Hopefully this helps.
The 'struct' module should be able to do this, although alignment of structs in the middle of the data is always an issue. It's not very hard to get it right, however: find out (once) what boundary the structs-in-structs align to, then pad (manually, with the 'x' specifier) to that boundary. You can doublecheck your padding by comparing struct.calcsize() with your actual data. It's certainly easier than writing a C extension for it.
In order to keep using Py_BuildValue() like that, you have two options. You can determine the size of time_t at compiletime (in terms of fundamental types, so 'an int' or 'a long' or 'an ssize_t') and then use the right format character to Py_BuildValue -- 'i' for an int, 'l' for a long, 'n' for an ssize_t. Or you can use PyInt_FromSsize_t() manually, in which case the compiler does the upcasting for you, and then use the 'O' format characters to pass the result to Py_BuildValue.
You need to make sure you're using architecture independent members for your struct. For instance an int may be 32 bits on one architecture and 64 bits on another. As others have suggested, use the int32_t style types instead. If your struct contains unaligned members, you may need to deal with padding added by the compiler too.
Another common problem with cross architecture data is endianness. Intel i386 architecture is little-endian, but if you're reading on a completely different machine (e.g. an Alpha or Sparc), you'll have to worry about this too.

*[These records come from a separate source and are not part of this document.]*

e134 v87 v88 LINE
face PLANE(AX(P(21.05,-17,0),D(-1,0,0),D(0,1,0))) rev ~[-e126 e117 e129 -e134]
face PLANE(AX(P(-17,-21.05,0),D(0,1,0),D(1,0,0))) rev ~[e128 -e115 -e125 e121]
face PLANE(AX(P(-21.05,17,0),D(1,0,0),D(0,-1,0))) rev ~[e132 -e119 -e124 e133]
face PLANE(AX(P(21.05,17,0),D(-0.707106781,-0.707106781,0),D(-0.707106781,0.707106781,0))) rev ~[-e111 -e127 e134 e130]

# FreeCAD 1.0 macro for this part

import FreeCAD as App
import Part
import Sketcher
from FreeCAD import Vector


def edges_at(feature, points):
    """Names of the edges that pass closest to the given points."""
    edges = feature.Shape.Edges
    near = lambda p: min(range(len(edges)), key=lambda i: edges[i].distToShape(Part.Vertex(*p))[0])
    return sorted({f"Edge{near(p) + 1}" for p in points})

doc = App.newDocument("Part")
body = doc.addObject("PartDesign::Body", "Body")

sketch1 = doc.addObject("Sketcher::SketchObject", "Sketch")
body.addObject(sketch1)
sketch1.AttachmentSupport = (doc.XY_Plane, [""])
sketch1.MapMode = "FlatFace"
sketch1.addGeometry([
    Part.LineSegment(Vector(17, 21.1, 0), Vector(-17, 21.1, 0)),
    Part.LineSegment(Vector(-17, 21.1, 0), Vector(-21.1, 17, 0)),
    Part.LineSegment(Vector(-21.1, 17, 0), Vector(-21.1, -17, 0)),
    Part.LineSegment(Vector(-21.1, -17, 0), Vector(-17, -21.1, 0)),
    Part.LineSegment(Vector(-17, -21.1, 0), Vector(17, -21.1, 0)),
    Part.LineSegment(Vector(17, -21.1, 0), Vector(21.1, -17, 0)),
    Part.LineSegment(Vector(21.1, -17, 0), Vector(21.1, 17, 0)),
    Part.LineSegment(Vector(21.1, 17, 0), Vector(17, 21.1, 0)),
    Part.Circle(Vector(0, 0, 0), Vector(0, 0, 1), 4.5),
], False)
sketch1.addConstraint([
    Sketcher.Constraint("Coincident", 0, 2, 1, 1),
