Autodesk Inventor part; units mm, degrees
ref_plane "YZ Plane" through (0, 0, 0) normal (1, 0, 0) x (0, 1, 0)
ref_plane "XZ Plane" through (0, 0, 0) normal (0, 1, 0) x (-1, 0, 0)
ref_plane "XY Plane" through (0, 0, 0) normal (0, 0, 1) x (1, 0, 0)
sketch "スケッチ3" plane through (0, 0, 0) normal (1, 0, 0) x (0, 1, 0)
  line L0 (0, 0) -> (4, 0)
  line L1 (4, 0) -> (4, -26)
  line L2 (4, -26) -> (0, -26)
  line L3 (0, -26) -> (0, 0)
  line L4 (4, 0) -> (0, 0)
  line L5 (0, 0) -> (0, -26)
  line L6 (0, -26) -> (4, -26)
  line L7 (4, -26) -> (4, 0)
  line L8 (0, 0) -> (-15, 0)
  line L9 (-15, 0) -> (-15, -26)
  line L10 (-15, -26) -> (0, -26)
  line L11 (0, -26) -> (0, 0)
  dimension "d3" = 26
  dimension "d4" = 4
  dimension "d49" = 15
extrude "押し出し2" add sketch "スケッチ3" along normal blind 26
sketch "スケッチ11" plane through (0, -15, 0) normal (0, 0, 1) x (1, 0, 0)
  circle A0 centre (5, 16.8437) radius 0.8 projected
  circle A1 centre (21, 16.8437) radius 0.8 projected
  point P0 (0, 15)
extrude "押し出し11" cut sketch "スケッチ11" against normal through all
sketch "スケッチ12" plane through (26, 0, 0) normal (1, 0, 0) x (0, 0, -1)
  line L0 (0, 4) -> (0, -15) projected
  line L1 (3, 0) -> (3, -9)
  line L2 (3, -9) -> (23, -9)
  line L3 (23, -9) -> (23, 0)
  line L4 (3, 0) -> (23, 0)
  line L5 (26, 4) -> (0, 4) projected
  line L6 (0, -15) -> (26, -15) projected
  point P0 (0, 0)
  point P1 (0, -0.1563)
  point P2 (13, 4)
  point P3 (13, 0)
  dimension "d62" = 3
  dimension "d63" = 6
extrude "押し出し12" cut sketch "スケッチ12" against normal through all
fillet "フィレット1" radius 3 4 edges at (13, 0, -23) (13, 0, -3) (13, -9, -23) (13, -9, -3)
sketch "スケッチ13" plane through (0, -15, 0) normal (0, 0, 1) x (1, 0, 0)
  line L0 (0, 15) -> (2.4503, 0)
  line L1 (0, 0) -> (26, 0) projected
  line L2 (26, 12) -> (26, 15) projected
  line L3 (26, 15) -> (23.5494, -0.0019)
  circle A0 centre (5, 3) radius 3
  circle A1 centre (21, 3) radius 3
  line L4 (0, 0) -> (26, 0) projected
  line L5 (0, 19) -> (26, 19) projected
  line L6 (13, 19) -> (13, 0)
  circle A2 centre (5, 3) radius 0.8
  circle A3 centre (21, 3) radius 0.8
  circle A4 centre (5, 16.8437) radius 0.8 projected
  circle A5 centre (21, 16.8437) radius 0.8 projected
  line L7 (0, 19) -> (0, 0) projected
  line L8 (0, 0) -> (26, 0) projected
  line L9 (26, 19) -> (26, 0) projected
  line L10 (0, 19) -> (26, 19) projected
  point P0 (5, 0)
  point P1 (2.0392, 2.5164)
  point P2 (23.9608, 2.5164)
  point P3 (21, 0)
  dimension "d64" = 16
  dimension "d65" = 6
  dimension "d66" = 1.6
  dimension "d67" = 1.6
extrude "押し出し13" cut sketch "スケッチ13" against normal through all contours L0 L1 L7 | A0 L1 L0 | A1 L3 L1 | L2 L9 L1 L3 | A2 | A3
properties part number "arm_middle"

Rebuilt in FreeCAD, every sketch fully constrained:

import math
import FreeCAD as App
import Part
import Sketcher
Q = App.Units.Quantity


def edges_at(feature, points):
    """Names of the edges that pass closest to the given points."""
    edges = feature.Shape.Edges
    near = lambda p: min(range(len(edges)), key=lambda i: edges[i].distToShape(Part.Vertex(*p))[0])
    return sorted({f"Edge{near(p) + 1}" for p in points})

doc = App.newDocument("Part")
params = doc.addObject("Spreadsheet::Sheet", "Params")
for row, (alias, value) in enumerate([
    ("sketch1_height", "26 mm"),
    ("pad1_length", "26 mm"),
    ("sketch2_diameter", "1.6 mm"),
    ("sketch3_width", "9 mm"),
    ("sketch3_height", "20 mm"),
    ("fillet_radius", "3 mm"),
    ("sketch4_radius", "3 mm"),
    ("sketch4_diameter", "1.6 mm"),
    ("sketch4_width", "5 mm"),
    ("sketch4_height", "15 mm"),
], start=1):
    params.set(f"A{row}", alias)
    params.set(f"B{row}", "=" + value)
    params.setAlias(f"B{row}", alias)

body = doc.addObject("PartDesign::Body", "Body")

# Sketch on YZ plane
sketch1 = body.newObject("Sketcher::SketchObject", "Sketch")
sketch1.AttachmentSupport = (doc.getObject("YZ_Plane"), [""])
sketch1.MapMode = "FlatFace"
sketch1.addGeometry([
    Part.LineSegment(App.Vector(4, 0, 0), App.Vector(-15, 0, 0)),
    Part.LineSegment(App.Vector(-15, 0, 0), App.Vector(-15, -26, 0)),
    Part.LineSegment(App.Vector(-15, -26, 0), App.Vector(4, -26, 0)),
    Part.LineSegment(App.Vector(4, -26, 0), App.Vector(4, 0, 0)),
], False)
sketch1.addConstraint([
    Sketcher.Constraint("Coincident", 0, 2, 1, 1),
    Sketcher.Constraint("Coincident", 1, 2, 2, 1),
    Sketcher.Constraint("Coincident", 2, 2, 3, 1),
    Sketcher.Constraint("Coincident", 3, 2, 0, 1),
    Sketcher.Constraint("Horizontal", 0),
    Sketcher.Constraint("Vertical", 1),
    Sketcher.Constraint("Horizontal", 2),
    Sketcher.Constraint("Vertical", 3),
    Sketcher.Constraint("PointOnObject", 0, 2, -1),
    Sketcher.Constraint("DistanceY", 1, 2, 1, 1, Q("26 mm")),
    Sketcher.Constraint("DistanceX", 0, 2, -1, 1, Q("15 mm")),
    Sketcher.Constraint("DistanceX", -1, 1, 2, 2, Q("4 mm")),
])
sketch1.setExpression("Constraints[9]", "Params.sketch1_height")
pad1 = body.newObject("PartDesign::Pad", "Pad")
pad1.Profile = sketch1
pad1.setExpression("Length", "Params.pad1_length")

# Sketch on XY plane
sketch2 = body.newObject("Sketcher::SketchObject", "Sketch001")
sketch2.AttachmentSupport = (doc.getObject("XY_Plane"), [""])
sketch2.MapMode = "FlatFace"
sketch2.addGeometry([
    Part.Circle(App.Vector(5, 1.8437, 0), App.Vector(0, 0, 1), 0.8),
    Part.Circle(App.Vector(21, 1.8437, 0), App.Vector(0, 0, 1), 0.8),
], False)
sketch2.addConstraint([
    Sketcher.Constraint("Equal", 0, 1),
    Sketcher.Constraint("Horizontal", 0, 3, 1, 3),
    Sketcher.Constraint("Diameter", 0, Q("1.6 mm")),
    Sketcher.Constraint("DistanceX", -1, 1, 0, 3, Q("5 mm")),
    Sketcher.Constraint("DistanceX", -1, 1, 1, 3, Q("21 mm")),
    Sketcher.Constraint("DistanceY", -1, 1, 0, 3, Q("1.8437 mm")),
])
sketch2.setExpression("Constraints[2]", "Params.sketch2_diameter")
pocket1 = body.newObject("PartDesign::Pocket", "Pocket")
pocket1.Profile = sketch2
pocket1.Type = "ThroughAll"

# Sketch on YZ plane
sketch3 = body.newObject("Sketcher::SketchObject", "Sketch002")
sketch3.AttachmentSupport = (doc.getObject("YZ_Plane"), [""])
sketch3.MapMode = "FlatFace"
sketch3.AttachmentOffset = App.Placement(App.Vector(0, 0, 26), App.Rotation())
sketch3.addGeometry([
    Part.LineSegment(App.Vector(0, -23, 0), App.Vector(0, -3, 0)),
    Part.LineSegment(App.Vector(0, -3, 0), App.Vector(-9, -3, 0)),
    Part.LineSegment(App.Vector(-9, -3, 0), App.Vector(-9, -23, 0)),
    Part.LineSegment(App.Vector(-9, -23, 0), App.Vector(0, -23, 0)),
], False)
sketch3.addConstraint([
    Sketcher.Constraint("Coincident", 0, 2, 1, 1),
    Sketcher.Constraint("Coincident", 1, 2, 2, 1),
    Sketcher.Constraint("Coincident", 2, 2, 3, 1),
    Sketcher.Constraint("Coincident", 3, 2, 0, 1),
    Sketcher.Constraint("Vertical", 0),
    Sketcher.Constraint("Horizontal", 1),
    Sketcher.Constraint("Vertical", 2),
    Sketcher.Constraint("Horizontal", 3),
    Sketcher.Constraint("PointOnObject", 0, 2, -2),
    Sketcher.Constraint("DistanceY", 0, 2, -1, 1, Q("3 mm")),
    Sketcher.Constraint("DistanceX", 1, 2, 1, 1, Q("9 mm")),
    Sketcher.Constraint("DistanceY", 0, 1, 0, 2, Q("20 mm")),
])
sketch3.setExpression("Constraints[10]", "Params.sketch3_width")
sketch3.setExpression("Constraints[11]", "Params.sketch3_height")
pocket2 = body.newObject("PartDesign::Pocket", "Pocket001")
pocket2.Profile = sketch3
pocket2.Type = "ThroughAll"
doc.recompute()

fillet = body.newObject("PartDesign::Fillet", "Fillet")
fillet.Base = (pocket2, edges_at(pocket2, [
    (13, 0, -23),
    (13, 0, -3),
    (13, -9, -23),
    (13, -9, -3),
]))
fillet.setExpression("Radius", "Params.fillet_radius")

# Sketch on XY plane
sketch4 = body.newObject("Sketcher::SketchObject", "Sketch003")
sketch4.AttachmentSupport = (doc.getObject("XY_Plane"), [""])
sketch4.MapMode = "FlatFace"
sketch4.addGeometry([
    Part.LineSegment(App.Vector(2.039246, -12.483649, 0), App.Vector(0, 0, 0)),  # 0
    Part.LineSegment(App.Vector(0, 0, 0), App.Vector(0, -15, 0)),  # 1
    Part.LineSegment(App.Vector(0, -15, 0), App.Vector(5, -15, 0)),  # 2
    Part.ArcOfCircle(Part.Circle(App.Vector(5, -12, 0), App.Vector(0, 0, 1), 3), math.radians(-170.722486), math.radians(-90)),  # 3
    Part.ArcOfCircle(Part.Circle(App.Vector(21, -12, 0), App.Vector(0, 0, 1), 3), math.radians(-90), math.radians(-9.277474)),  # 4
    Part.LineSegment(App.Vector(21, -15, 0), App.Vector(26, -15, 0)),  # 5
    Part.LineSegment(App.Vector(26, -15, 0), App.Vector(26, 0, 0)),  # 6
    Part.LineSegment(App.Vector(26, 0, 0), App.Vector(23.960763, -12.483648, 0)),  # 7
    Part.Circle(App.Vector(5, -12, 0), App.Vector(0, 0, 1), 0.8),  # 8
    Part.Circle(App.Vector(21, -12, 0), App.Vector(0, 0, 1), 0.8),  # 9
], False)
sketch4.addConstraint([
    Sketcher.Constraint("Coincident", 0, 2, 1, 1),
    Sketcher.Constraint("Coincident", 1, 2, 2, 1),
    Sketcher.Constraint("Tangent", 2, 2, 3, 2),
    Sketcher.Constraint("Tangent", 3, 1, 0, 1),
    Sketcher.Constraint("Tangent", 4, 1, 5, 1),
    Sketcher.Constraint("Coincident", 5, 2, 6, 1),
    Sketcher.Constraint("Coincident", 6, 2, 7, 1),
    Sketcher.Constraint("Tangent", 7, 2, 4, 2),
    Sketcher.Constraint("Vertical", 1),
    Sketcher.Constraint("Horizontal", 2),
    Sketcher.Constraint("Horizontal", 5),
    Sketcher.Constraint("Vertical", 6),
    Sketcher.Constraint("Coincident", 0, 2, -1, 1),
    Sketcher.Constraint("Coincident", 8, 3, 3, 3),
    Sketcher.Constraint("Coincident", 9, 3, 4, 3),
    Sketcher.Constraint("Equal", 3, 4),
    Sketcher.Constraint("Equal", 8, 9),
    Sketcher.Constraint("PointOnObject", 6, 2, -1),
    Sketcher.Constraint("Horizontal", 3, 3, 4, 3),
    Sketcher.Constraint("Horizontal", 3, 1, 7, 2),
    Sketcher.Constraint("Radius", 3, Q("3 mm")),
    Sketcher.Constraint("Diameter", 8, Q("1.6 mm")),
    Sketcher.Constraint("DistanceX", 3, 3, 4, 3, Q("16 mm")),
    Sketcher.Constraint("DistanceX", 2, 1, 2, 2, Q("5 mm")),
    Sketcher.Constraint("DistanceY", 1, 2, 1, 1, Q("15 mm")),
])
sketch4.setExpression("Constraints[20]", "Params.sketch4_radius")
sketch4.setExpression("Constraints[21]", "Params.sketch4_diameter")
sketch4.setExpression("Constraints[23]", "Params.sketch4_width")
sketch4.setExpression("Constraints[24]", "Params.sketch4_height")
pocket3 = body.newObject("PartDesign::Pocket", "Pocket002")
pocket3.Profile = sketch4
pocket3.Type = "ThroughAll"

doc.recompute()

The Python struct module deals with both these situations, using the prefix passed as part of the format string.
# - Use native size, endianness and alignment. i= sizeof(int), l= sizeof(long)
= - Use native endianness, but standard sizes and alignment (i=32 bits, l=64 bits)
< - Little-endian standard sizes/alignment
Big-endian standard sizes/alignment
In general, if the data passes off your machine, you should nail down the endianness and the size / padding format to something specific — ie. use "<" or ">" as your format. If you want to handle this in your C extension, you may need to add some code to handle it.
What's your code for reading the binary data? Make sure you're copying the data into properly-sized types like int32_t instead of just int.
Why aren't you using the struct package?